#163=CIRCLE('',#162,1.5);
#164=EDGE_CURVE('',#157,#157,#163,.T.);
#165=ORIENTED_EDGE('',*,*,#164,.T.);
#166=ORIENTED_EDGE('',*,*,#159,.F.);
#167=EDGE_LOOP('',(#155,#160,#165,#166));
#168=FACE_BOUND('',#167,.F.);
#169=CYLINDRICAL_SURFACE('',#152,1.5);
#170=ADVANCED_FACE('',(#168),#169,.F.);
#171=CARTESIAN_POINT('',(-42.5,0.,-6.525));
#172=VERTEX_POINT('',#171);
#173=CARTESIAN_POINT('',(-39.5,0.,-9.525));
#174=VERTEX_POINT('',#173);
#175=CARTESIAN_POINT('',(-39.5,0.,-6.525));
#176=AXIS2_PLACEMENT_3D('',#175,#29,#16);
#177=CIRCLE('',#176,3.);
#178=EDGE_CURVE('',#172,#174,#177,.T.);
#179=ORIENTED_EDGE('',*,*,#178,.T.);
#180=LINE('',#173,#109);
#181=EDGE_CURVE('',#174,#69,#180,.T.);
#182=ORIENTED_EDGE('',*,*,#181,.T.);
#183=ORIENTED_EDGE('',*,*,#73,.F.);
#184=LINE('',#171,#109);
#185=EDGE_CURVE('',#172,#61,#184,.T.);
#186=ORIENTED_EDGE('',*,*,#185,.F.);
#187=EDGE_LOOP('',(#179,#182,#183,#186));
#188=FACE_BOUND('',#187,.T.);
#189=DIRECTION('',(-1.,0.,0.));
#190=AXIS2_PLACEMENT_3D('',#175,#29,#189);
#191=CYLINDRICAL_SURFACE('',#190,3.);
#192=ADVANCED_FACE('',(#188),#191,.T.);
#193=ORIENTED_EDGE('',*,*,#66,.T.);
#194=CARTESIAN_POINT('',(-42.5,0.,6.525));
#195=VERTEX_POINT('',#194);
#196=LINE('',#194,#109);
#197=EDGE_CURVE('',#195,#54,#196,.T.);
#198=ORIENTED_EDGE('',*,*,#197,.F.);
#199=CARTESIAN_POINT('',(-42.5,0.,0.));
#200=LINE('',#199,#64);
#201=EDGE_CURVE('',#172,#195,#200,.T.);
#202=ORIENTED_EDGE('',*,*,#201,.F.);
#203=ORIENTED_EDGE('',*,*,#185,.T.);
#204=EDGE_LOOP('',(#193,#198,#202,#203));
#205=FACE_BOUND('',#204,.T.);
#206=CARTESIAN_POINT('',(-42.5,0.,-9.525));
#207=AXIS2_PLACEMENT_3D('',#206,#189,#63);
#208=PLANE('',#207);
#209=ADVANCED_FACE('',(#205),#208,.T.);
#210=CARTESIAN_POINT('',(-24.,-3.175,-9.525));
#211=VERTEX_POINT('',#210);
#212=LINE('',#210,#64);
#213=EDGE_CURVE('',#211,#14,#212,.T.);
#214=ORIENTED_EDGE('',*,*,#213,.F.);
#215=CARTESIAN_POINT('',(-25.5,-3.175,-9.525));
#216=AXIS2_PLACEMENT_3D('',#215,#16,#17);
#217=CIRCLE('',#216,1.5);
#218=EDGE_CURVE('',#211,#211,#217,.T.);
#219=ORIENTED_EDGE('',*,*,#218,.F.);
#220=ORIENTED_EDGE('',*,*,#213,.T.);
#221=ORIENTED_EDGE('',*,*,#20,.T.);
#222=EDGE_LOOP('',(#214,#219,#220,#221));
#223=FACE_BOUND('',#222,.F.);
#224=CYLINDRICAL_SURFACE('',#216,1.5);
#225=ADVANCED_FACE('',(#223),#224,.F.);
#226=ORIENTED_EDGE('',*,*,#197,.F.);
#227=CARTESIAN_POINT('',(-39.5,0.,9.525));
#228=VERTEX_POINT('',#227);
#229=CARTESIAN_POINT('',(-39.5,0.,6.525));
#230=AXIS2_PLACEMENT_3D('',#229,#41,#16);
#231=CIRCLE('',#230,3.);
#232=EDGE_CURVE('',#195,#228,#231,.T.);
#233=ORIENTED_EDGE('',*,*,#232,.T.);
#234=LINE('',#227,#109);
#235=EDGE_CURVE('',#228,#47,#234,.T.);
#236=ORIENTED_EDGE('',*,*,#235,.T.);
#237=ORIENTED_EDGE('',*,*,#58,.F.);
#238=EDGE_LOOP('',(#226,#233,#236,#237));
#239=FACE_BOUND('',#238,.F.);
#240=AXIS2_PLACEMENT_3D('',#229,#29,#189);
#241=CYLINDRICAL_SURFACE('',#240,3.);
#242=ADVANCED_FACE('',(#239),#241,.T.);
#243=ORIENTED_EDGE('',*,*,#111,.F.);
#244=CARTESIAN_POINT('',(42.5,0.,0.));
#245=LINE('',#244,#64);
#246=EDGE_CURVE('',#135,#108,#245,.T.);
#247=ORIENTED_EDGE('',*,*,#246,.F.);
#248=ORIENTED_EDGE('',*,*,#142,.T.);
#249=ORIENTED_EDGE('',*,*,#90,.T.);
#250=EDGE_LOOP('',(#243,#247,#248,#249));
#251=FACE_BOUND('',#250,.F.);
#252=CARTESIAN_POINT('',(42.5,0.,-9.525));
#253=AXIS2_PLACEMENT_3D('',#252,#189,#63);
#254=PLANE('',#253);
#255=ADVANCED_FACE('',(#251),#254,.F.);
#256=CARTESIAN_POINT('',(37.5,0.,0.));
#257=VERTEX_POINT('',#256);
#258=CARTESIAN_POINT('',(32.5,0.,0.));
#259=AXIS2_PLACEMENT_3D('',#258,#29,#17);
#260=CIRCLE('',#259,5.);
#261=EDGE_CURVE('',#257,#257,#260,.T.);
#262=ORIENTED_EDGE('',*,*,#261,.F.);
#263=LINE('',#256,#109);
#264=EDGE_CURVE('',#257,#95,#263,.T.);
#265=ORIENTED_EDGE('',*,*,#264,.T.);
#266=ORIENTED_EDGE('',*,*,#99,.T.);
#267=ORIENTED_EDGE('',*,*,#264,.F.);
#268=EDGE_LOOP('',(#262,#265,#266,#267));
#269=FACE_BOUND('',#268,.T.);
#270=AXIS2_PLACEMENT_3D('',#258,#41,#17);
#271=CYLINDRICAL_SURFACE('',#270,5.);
------------------------------------------------------------------------
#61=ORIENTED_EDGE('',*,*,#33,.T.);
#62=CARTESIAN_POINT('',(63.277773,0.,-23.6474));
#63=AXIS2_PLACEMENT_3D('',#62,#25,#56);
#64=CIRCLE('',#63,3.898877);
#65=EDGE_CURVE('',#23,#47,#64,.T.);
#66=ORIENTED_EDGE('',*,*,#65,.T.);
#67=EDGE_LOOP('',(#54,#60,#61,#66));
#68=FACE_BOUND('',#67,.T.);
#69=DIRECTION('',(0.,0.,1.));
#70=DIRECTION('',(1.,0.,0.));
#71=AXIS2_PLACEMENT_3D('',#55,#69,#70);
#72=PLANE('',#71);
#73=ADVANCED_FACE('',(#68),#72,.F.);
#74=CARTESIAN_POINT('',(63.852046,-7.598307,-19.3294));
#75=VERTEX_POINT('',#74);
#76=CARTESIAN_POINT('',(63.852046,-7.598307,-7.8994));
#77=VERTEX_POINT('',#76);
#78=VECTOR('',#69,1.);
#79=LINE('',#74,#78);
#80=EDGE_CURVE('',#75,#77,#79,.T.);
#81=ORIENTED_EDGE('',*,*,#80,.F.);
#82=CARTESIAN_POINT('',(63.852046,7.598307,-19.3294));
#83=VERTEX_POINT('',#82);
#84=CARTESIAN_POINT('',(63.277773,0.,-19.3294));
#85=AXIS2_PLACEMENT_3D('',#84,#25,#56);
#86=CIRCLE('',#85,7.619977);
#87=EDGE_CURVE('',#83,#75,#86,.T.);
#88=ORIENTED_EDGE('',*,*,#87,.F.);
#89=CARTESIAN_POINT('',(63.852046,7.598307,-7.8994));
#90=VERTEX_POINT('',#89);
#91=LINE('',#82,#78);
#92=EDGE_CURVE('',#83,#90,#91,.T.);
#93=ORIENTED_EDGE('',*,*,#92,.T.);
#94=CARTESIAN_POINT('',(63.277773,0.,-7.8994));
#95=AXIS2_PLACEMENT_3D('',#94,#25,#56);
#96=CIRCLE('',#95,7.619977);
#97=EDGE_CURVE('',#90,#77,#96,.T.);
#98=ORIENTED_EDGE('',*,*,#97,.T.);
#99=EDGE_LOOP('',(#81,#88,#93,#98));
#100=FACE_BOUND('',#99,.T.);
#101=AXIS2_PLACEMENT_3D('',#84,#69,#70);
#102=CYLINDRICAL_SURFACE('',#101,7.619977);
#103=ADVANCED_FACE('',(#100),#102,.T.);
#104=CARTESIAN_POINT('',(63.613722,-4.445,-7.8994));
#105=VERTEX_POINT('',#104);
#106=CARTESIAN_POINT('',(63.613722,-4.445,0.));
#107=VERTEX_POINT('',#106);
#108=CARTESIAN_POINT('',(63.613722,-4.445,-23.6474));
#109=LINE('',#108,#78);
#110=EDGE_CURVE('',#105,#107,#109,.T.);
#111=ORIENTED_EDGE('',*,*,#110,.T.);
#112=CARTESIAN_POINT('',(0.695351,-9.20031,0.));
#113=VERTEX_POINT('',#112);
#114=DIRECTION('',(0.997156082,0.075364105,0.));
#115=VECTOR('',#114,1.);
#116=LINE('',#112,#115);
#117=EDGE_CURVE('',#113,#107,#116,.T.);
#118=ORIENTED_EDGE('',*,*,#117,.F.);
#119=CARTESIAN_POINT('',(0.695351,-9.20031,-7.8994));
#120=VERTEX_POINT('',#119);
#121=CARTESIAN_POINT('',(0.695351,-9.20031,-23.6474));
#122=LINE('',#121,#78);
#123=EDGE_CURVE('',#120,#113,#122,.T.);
------------------------------------------------------------------------
■ What the exercise asks
Copy every line in the data above that has the string "DIRECTION" in it.

■ Solved problem
#189=DIRECTION('',(-1.,0.,0.));
#69=DIRECTION('',(0.,0.,1.));
#70=DIRECTION('',(1.,0.,0.));
#114=DIRECTION('',(0.997156082,0.075364105,0.));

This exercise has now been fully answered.